Below are several entries. Transcribe exactly those lines that fall from the one with "v 184.741 118.99 20.873" through the one with "v 183.724 118 30.085", end lines included.
===== EXERCISE MATERIAL =====
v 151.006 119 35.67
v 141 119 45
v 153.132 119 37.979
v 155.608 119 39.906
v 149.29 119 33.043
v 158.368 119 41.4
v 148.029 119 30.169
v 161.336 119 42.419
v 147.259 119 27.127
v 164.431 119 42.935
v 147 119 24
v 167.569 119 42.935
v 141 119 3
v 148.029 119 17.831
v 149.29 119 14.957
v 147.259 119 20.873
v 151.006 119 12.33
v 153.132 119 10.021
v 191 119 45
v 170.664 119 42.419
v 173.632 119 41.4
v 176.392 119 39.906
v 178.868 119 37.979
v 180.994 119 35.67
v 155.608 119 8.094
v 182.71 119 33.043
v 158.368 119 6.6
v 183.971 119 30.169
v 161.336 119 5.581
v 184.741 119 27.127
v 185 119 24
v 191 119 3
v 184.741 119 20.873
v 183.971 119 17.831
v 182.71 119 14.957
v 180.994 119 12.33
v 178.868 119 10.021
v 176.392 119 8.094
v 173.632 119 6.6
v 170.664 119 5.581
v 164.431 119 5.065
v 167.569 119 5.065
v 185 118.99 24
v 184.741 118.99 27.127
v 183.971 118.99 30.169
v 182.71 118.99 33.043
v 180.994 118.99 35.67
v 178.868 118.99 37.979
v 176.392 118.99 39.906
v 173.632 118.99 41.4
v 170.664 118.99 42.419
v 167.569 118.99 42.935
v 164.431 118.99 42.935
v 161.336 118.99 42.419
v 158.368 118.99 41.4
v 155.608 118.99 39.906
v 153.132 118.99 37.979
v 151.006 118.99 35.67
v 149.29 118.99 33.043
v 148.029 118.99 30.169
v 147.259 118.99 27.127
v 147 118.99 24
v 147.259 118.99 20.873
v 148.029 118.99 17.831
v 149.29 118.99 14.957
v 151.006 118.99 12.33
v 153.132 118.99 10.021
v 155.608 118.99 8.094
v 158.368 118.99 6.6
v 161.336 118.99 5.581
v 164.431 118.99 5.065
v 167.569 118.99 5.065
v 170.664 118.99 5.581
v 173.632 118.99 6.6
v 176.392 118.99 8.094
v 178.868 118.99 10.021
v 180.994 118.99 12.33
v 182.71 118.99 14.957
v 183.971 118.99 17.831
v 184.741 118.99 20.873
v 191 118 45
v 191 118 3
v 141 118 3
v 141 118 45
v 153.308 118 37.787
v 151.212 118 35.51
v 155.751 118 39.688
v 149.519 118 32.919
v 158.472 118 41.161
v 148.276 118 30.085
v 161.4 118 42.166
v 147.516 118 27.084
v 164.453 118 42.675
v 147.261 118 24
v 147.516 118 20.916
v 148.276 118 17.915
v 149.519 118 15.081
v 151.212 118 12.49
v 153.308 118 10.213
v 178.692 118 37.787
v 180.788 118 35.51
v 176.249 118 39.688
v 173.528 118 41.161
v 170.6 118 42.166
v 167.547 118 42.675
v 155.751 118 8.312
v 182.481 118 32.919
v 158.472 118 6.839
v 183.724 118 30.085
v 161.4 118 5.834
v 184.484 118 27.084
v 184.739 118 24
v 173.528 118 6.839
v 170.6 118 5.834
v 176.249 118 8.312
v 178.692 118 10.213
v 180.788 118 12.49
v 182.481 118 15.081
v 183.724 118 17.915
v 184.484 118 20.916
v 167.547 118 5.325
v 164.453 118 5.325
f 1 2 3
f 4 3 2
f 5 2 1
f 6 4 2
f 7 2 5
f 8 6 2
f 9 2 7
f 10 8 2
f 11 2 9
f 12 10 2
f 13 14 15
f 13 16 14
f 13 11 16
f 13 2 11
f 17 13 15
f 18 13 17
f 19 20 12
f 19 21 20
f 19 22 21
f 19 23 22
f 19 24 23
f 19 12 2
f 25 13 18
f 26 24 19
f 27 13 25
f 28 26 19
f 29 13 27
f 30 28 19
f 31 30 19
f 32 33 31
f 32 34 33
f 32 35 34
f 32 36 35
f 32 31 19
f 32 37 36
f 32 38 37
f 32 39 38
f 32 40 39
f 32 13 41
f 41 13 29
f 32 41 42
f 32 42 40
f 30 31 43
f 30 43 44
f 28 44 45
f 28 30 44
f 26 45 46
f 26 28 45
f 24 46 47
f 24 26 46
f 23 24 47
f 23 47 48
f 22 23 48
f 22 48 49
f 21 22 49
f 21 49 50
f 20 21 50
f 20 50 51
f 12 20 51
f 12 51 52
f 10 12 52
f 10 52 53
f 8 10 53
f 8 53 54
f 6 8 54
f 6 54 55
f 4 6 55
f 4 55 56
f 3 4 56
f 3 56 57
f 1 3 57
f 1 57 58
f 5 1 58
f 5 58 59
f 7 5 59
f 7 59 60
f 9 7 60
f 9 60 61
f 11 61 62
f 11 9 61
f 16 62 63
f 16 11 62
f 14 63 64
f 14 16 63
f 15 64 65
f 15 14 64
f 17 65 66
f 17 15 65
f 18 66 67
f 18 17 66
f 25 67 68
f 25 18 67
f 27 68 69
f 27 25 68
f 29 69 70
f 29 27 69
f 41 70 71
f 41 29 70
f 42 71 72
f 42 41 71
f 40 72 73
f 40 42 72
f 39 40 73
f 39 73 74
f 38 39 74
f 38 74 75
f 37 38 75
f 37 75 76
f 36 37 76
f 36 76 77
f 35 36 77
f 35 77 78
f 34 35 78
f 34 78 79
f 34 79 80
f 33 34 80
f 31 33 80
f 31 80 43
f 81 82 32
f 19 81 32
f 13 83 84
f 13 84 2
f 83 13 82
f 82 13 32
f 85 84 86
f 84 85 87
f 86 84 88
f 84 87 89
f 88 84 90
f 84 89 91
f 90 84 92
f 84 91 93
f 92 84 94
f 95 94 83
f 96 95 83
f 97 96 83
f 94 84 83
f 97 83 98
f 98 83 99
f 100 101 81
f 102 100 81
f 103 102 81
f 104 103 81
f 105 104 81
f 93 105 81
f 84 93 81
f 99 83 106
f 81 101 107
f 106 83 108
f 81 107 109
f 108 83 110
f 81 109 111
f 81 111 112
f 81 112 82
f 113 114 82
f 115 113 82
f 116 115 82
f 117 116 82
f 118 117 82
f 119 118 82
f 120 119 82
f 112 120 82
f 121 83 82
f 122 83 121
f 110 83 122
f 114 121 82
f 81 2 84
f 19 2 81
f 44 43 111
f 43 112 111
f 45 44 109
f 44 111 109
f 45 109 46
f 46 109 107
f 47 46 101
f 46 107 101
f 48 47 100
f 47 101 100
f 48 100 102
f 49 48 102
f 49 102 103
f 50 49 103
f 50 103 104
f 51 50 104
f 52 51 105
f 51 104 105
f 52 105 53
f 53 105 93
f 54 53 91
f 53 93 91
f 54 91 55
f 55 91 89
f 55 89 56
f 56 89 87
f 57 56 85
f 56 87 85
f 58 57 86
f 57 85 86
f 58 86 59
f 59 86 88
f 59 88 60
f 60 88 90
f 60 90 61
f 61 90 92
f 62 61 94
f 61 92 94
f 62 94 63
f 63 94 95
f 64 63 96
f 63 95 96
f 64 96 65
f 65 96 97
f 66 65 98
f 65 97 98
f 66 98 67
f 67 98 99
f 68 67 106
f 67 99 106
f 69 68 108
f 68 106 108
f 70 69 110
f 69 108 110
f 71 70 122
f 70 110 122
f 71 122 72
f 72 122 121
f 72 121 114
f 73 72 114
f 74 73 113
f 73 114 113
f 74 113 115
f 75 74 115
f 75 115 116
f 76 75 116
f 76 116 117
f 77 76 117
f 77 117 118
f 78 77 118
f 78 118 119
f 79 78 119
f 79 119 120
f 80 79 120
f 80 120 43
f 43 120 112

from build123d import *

# Parameters (mm, degrees)
CYLINDER066_R                = 19
CYLINDER066_DEPTH            = 21
CHAMFER011006003017057_SIZE2 = 5
CHAMFER011006003017057_SIZE  = 18.99
BOX085140_W                  = 50
BOX085140_H                  = 1
BOX085140_DEPTH              = 42


with BuildPart() as chamfer011006003017057:
    # Cylinder066 → Cylinder066 (new body)
    with BuildSketch(Plane(origin=(166, 121, 24), x_dir=(1, 0, 0), z_dir=(0, -1, 0))):
        Circle(CYLINDER066_R)
    extrude(amount=CYLINDER066_DEPTH)

    # Chamfer011006003017057
    chamfer011006003017057_edges = [chamfer011006003017057.edges().sort_by_distance(p)[0] for p in [
        (147, 100, 24),
    ]]
    chamfer011006003017057_side = chamfer011006003017057.faces().sort_by_distance((147, 110.5, 24))[0]
    chamfer(chamfer011006003017057_edges, length=CHAMFER011006003017057_SIZE, length2=CHAMFER011006003017057_SIZE2, reference=chamfer011006003017057_side)


with BuildPart() as cut001002016050:
    # Box085140 → Box085140 (new body)
    with BuildSketch(Plane(origin=(141, 118, 3), x_dir=(1, 0, 0), z_dir=(0, 0, 1))):
        with Locations((25, 0.5)):
            Rectangle(BOX085140_W, BOX085140_H)
    extrude(amount=BOX085140_DEPTH)

    # Cut001002016050: cut Chamfer011006003017057
    add(chamfer011006003017057.part, mode=Mode.SUBTRACT)


solid = cut001002016050.part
=====
→ SOLUTION TO THIS PROBLEM:
v 184.741 118.99 20.873
v 191 118 45
v 191 118 3
v 141 118 3
v 141 118 45
v 153.308 118 37.787
v 151.212 118 35.51
v 155.751 118 39.688
v 149.519 118 32.919
v 158.472 118 41.161
v 148.276 118 30.085
v 161.4 118 42.166
v 147.516 118 27.084
v 164.453 118 42.675
v 147.261 118 24
v 147.516 118 20.916
v 148.276 118 17.915
v 149.519 118 15.081
v 151.212 118 12.49
v 153.308 118 10.213
v 178.692 118 37.787
v 180.788 118 35.51
v 176.249 118 39.688
v 173.528 118 41.161
v 170.6 118 42.166
v 167.547 118 42.675
v 155.751 118 8.312
v 182.481 118 32.919
v 158.472 118 6.839
v 183.724 118 30.085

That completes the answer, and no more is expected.